A pesar de lo que digan los
Globos de Oro, podemos estar seguros de que no, Get Out no es una comedia.
Tras
meses queriendo ver la película de la que todo el mundo habla, pero nadie sabe
describir, por fin pude el otro día ponerme a ver Get Out con grandes expectativas y un puñado de galletas. Ya que no
suelo ver trailers, ni mucho menos leer artículos, de películas que no he visto,
me enfrenté a esta película de la mejor manera posible, es decir, sin tener ni
puñetera idea de lo que me esperaba al otro lado de la pantalla.
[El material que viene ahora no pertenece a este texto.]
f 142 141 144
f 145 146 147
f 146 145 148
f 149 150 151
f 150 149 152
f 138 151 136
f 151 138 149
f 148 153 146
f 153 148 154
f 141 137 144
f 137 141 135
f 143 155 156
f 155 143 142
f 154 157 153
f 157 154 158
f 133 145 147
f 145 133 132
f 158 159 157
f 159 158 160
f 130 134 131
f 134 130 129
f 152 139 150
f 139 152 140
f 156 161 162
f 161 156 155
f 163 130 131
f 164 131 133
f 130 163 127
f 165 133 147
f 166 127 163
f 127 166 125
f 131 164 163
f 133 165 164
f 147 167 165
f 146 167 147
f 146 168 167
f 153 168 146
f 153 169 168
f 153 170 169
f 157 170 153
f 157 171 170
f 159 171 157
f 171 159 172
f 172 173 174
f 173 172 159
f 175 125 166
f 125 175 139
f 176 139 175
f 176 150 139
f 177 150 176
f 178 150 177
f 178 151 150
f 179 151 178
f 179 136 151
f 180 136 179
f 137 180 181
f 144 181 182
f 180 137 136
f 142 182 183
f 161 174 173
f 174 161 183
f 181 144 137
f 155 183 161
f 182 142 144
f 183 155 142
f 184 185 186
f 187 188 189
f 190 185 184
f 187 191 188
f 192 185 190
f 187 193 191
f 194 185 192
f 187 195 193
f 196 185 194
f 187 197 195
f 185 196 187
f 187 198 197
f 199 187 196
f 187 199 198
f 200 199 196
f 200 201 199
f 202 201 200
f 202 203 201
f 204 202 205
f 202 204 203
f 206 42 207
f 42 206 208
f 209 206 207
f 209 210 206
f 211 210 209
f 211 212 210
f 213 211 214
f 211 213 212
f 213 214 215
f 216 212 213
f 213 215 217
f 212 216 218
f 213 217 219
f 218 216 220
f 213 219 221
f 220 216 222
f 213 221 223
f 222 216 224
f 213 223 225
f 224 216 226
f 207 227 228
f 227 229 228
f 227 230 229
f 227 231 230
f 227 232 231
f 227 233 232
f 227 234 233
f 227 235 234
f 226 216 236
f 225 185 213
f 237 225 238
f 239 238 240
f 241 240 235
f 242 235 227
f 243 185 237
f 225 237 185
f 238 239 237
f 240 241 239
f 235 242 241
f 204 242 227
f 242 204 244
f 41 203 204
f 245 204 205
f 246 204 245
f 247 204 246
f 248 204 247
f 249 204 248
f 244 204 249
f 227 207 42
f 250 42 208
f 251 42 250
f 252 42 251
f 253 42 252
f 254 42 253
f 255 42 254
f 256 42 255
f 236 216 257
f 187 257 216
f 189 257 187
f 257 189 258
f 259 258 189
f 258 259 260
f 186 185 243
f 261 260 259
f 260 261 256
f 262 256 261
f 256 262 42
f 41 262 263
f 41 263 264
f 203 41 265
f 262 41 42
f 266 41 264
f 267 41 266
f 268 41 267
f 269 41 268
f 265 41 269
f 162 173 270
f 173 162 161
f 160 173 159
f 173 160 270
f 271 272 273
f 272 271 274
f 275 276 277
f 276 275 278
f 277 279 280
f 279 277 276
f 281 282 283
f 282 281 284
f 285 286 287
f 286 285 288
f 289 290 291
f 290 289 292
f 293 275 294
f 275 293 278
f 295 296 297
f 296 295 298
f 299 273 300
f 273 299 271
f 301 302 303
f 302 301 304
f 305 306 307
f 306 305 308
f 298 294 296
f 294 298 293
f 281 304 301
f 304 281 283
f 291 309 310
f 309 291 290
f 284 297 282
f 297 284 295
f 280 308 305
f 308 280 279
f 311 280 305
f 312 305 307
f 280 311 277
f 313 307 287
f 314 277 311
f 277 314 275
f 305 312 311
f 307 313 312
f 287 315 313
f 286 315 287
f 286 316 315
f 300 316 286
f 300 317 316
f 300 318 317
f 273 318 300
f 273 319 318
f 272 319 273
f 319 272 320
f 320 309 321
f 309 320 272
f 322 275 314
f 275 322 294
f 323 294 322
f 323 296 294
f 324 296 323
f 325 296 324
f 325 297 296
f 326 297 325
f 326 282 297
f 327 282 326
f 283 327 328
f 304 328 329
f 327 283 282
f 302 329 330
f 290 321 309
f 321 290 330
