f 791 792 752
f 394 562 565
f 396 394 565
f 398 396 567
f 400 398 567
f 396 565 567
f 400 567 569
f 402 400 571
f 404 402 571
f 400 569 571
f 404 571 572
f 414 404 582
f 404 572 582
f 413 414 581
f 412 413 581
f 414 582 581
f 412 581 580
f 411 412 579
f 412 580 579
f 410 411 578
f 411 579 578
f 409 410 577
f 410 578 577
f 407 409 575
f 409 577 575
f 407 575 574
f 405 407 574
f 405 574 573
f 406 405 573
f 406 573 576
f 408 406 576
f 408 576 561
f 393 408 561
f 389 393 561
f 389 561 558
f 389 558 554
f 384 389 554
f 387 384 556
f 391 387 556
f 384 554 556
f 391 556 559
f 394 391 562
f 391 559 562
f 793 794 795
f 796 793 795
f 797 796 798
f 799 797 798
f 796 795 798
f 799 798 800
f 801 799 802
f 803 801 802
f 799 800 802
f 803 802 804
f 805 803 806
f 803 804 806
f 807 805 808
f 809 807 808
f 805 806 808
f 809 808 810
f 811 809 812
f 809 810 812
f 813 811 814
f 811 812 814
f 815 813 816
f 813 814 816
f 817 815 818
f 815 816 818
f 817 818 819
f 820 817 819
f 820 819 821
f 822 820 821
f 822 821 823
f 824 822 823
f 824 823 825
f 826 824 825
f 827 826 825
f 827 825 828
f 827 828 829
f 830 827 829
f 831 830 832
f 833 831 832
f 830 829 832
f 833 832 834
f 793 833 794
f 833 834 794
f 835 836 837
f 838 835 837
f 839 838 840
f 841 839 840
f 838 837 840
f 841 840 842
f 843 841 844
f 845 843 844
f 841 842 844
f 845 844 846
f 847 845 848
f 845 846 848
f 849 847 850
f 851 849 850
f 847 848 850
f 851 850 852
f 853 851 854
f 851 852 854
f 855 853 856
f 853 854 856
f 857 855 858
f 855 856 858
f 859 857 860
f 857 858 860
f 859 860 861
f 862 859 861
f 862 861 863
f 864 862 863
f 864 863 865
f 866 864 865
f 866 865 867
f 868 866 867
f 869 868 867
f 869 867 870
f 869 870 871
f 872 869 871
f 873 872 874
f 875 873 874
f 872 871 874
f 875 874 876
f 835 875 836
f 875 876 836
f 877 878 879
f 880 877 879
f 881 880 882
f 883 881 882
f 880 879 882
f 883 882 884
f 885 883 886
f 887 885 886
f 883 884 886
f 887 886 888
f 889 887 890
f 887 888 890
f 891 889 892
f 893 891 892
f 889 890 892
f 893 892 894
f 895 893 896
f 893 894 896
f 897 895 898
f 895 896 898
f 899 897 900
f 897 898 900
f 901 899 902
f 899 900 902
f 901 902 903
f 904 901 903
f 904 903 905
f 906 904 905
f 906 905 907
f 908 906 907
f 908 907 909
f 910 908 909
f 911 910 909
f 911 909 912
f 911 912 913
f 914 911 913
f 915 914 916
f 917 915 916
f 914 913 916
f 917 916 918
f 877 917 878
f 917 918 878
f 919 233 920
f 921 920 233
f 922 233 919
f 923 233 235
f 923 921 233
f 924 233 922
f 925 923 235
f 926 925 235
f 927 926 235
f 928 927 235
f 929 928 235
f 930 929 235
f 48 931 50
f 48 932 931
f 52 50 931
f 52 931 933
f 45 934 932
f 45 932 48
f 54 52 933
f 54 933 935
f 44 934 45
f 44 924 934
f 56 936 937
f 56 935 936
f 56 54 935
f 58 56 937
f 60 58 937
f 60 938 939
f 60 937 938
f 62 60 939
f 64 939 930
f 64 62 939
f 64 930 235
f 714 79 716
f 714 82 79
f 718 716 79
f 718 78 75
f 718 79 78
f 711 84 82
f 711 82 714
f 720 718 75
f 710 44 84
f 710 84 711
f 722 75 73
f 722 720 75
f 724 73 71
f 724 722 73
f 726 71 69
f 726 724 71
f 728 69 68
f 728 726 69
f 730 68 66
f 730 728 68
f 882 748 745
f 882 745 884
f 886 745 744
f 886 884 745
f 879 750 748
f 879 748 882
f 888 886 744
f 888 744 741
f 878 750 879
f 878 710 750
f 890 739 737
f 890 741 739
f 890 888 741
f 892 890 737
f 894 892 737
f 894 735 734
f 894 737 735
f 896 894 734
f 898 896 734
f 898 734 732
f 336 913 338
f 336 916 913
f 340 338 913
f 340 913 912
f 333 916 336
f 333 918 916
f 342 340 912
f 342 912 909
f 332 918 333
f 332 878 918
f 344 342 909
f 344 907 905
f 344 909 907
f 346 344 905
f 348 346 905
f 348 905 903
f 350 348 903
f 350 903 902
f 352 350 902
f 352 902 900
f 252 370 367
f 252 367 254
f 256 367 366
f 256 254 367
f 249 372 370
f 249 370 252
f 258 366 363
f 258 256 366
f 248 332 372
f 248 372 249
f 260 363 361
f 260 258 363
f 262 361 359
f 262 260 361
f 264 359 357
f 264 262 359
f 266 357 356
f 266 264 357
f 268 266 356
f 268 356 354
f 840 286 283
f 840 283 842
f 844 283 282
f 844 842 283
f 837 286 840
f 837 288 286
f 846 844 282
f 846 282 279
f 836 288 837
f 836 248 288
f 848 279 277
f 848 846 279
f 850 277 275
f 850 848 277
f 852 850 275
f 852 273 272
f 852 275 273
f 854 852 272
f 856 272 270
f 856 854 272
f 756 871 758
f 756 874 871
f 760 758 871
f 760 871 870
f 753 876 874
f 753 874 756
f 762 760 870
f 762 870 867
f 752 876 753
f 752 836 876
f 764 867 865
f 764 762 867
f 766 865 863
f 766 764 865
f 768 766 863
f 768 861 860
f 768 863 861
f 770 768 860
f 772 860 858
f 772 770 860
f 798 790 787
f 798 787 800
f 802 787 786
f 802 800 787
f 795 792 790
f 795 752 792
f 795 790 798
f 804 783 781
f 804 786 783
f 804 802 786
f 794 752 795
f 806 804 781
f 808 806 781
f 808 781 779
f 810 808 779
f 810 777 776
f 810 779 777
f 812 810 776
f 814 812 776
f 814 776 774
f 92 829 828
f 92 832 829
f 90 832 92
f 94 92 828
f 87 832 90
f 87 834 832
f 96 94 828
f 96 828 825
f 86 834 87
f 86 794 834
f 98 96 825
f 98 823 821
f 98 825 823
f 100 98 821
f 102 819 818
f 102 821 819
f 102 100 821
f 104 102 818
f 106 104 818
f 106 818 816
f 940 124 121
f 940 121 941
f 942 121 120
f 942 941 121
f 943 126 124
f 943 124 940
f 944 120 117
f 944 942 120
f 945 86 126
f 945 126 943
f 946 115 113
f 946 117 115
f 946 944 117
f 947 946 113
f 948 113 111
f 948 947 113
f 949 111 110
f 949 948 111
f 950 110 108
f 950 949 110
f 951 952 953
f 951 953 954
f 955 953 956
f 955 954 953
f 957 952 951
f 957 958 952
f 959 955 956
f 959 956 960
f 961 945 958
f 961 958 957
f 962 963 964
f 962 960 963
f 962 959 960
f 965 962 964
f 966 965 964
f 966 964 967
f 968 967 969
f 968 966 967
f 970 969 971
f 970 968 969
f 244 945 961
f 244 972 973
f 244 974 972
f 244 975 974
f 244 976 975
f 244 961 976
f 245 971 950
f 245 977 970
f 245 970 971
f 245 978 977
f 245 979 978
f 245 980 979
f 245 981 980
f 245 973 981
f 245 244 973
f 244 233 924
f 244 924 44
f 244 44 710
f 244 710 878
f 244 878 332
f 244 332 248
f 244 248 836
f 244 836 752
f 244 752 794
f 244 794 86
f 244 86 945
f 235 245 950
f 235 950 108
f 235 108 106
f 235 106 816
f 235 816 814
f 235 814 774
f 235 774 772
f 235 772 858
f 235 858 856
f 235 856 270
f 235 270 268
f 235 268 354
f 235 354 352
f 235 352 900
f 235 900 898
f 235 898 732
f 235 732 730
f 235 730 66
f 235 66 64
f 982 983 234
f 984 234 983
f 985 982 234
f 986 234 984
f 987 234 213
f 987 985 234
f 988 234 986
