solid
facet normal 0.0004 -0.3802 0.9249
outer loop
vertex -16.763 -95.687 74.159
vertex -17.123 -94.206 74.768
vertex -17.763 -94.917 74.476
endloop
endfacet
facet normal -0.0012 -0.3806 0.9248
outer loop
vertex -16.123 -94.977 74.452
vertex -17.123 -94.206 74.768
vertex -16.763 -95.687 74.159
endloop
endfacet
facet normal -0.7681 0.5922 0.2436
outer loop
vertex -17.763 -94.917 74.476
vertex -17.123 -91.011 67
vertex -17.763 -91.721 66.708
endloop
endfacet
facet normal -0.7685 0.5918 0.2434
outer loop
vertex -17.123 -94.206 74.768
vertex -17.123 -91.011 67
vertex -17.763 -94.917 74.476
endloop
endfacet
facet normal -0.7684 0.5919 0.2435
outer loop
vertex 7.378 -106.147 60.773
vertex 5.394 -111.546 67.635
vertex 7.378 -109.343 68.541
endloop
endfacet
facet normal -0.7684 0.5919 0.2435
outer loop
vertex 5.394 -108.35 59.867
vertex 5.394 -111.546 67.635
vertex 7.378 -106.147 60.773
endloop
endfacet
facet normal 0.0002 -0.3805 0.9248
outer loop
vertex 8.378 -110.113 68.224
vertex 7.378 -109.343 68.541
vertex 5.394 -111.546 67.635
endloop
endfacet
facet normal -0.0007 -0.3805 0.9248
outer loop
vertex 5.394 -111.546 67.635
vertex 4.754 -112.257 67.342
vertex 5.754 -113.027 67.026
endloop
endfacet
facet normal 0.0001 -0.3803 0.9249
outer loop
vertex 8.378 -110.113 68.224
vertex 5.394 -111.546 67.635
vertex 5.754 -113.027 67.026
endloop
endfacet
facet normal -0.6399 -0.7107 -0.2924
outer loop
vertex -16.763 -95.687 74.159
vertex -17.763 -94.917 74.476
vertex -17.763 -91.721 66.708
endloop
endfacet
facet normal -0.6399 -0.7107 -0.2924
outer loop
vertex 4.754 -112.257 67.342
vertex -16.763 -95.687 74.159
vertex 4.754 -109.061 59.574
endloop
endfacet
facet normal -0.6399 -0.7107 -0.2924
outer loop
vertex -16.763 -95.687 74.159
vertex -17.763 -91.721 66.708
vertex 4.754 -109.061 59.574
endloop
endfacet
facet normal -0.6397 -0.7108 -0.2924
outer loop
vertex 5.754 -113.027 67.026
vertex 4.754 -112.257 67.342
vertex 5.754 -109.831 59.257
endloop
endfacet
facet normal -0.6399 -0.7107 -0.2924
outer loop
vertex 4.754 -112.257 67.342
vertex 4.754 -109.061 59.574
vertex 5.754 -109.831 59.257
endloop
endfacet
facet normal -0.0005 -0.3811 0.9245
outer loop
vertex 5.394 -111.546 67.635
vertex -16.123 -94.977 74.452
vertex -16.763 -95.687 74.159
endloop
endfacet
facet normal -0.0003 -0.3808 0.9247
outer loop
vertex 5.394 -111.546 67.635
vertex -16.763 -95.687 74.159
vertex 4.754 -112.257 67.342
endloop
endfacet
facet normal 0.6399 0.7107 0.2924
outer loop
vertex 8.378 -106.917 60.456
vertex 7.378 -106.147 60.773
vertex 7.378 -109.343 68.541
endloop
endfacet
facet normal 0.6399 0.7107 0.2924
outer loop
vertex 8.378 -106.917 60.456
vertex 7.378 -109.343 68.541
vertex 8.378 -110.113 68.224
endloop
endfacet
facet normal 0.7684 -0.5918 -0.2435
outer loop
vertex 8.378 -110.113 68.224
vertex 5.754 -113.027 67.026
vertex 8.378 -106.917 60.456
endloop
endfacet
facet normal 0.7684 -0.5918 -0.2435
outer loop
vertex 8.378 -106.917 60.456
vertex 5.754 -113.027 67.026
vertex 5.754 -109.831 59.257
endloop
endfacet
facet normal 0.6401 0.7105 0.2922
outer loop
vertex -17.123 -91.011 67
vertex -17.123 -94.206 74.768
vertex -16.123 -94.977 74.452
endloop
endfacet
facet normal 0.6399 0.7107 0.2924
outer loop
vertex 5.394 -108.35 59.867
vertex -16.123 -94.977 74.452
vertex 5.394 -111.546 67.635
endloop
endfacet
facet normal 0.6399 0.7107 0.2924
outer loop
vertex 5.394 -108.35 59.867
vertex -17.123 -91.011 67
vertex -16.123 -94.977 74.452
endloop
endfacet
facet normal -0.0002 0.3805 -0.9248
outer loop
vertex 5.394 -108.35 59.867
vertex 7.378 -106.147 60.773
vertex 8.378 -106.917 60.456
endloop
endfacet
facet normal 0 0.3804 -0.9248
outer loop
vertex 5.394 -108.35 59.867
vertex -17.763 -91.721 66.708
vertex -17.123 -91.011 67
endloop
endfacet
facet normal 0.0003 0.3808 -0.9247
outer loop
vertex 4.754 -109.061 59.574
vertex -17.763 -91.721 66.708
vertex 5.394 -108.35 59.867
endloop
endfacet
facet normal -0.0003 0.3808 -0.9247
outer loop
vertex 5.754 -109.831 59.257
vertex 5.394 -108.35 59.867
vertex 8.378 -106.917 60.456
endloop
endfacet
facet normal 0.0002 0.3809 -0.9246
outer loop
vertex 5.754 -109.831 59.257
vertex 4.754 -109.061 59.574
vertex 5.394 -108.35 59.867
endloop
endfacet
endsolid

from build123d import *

# Parameters (mm, degrees)
SALIENTE_EXTRUIR1_START = 3.1
SALIENTE_EXTRUIR1_DEPTH = 1
SALIENTE_EXTRUIR2_START = -1
CROQUIS4_W              = 1.301297423
CROQUIS4_H              = 8.40000117
SALIENTE_EXTRUIR2_DEPTH = 4.1


with BuildPart() as part:
    # Croquis3 → Saliente-Extruir1 (new body)
    with BuildSketch(Plane(origin=(-33.880247059, -37.627827516, -15.480136045), x_dir=(-0.768464217, 0.591770514, 0.243455141), z_dir=(-0.639892762, -0.710672931, -0.292371747)).offset(SALIENTE_EXTRUIR1_START)):
        Polygon((-24.387334523, -104.987555147), (-25.688631315, -104.987555147), (-53.688631947, -104.987557356), (-53.688631947, -96.587556289), (-25.688631947, -96.587556289), (-24.387335186, -96.587556289), align=None)
    extrude(amount=SALIENTE_EXTRUIR1_DEPTH)

    # Croquis4 → Saliente-Extruir2 (add)
    with BuildSketch(Plane(origin=(-35.863914621, -39.830913602, -16.38648846), x_dir=(0.768464217, -0.591770514, -0.243455141), z_dir=(0.639892762, 0.710672931, 0.292371747)).offset(SALIENTE_EXTRUIR2_START)):
        with Locations((54.339280659, -100.787556874)):
            Rectangle(CROQUIS4_W, CROQUIS4_H)
    extrude(amount=SALIENTE_EXTRUIR2_DEPTH)


solid = part.part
Eso sí, he de
decir que viniendo de Jordan Peele, al que sólo conocía (¿Cómo no?) por los
magníficos sketches de Key & Peele;
y teniendo en cuenta los precedentes cada vez que un humorista intenta
dedicarse al cine con aspiraciones (es decir, queriendo trascender la tontería
entretenida), en mi mente se presentaba una opción en blanco y negro (sí, la
broma es intencionada): “esta película, o es una soberana idiotez o es el film
del año”.
Lo
cierto es que Get Out no es ninguna
de las dos porque no intenta ser ni una cosa ni la otra, y es precisamente ahí
donde reside su brutal contundencia. En su debut, Jordan Peele utiliza los recursos
de toda una carrera dedicada al humor como forma de crítica y se queda con lo
esencial, creando un universo de estereotipos tan, tan llevados al extremo, que
la realidad supera a la ficción. Sorprendentemente, se esconde tras el humor
histriónico de las múltiples personalidades de Peele un director serio, preclaro,
poseedor de una idea ejecutada con estilo, madurez e inteligencia, que huye de
los adornos innecesarios y las complicaciones dramáticas de toda obra que
pretende forzar su doctrina en el público.
Precisamente,
la importancia de Get Out radica en la
manera en que ésta nos muestra que la seriedad no es el único camino hacia la
reflexión. Hay un hecho irrevocable: las películas sobre racismo aburren. Ojo,
no aburren porque sean de racismo, sino porque vivimos en una época en la que
los temas de raza han sido tan explotados y de un modo tan melodramático que al
final parece que sólo hay un modo de hablar sobre racismo: drama barato, personajes
arquetípicos y mensaje explícito. Basta con volver la vista a películas como Detroit, el fracasado retorno de Cathryn
Bigelow, para darse cuenta de que la narración cinematográfica contemporánea del
conflicto racial se desarrolla en el contexto de una burbuja de clichés y
tópicos que apenas se sostiene ya y que provoca más bostezos que lágrimas. En
otras palabras, cuando uno va al cine sabe ya que el negro va a ser el bueno y
el blanco va a ser un cabrón con el ceño fruncido y la mirada sospechosa. A mí
esto me aburre no porque no pueda ser verdad, sino porque es algo que ya se,
algo que me han contado miles de veces, y que por lo tanto no me hace reflexionar.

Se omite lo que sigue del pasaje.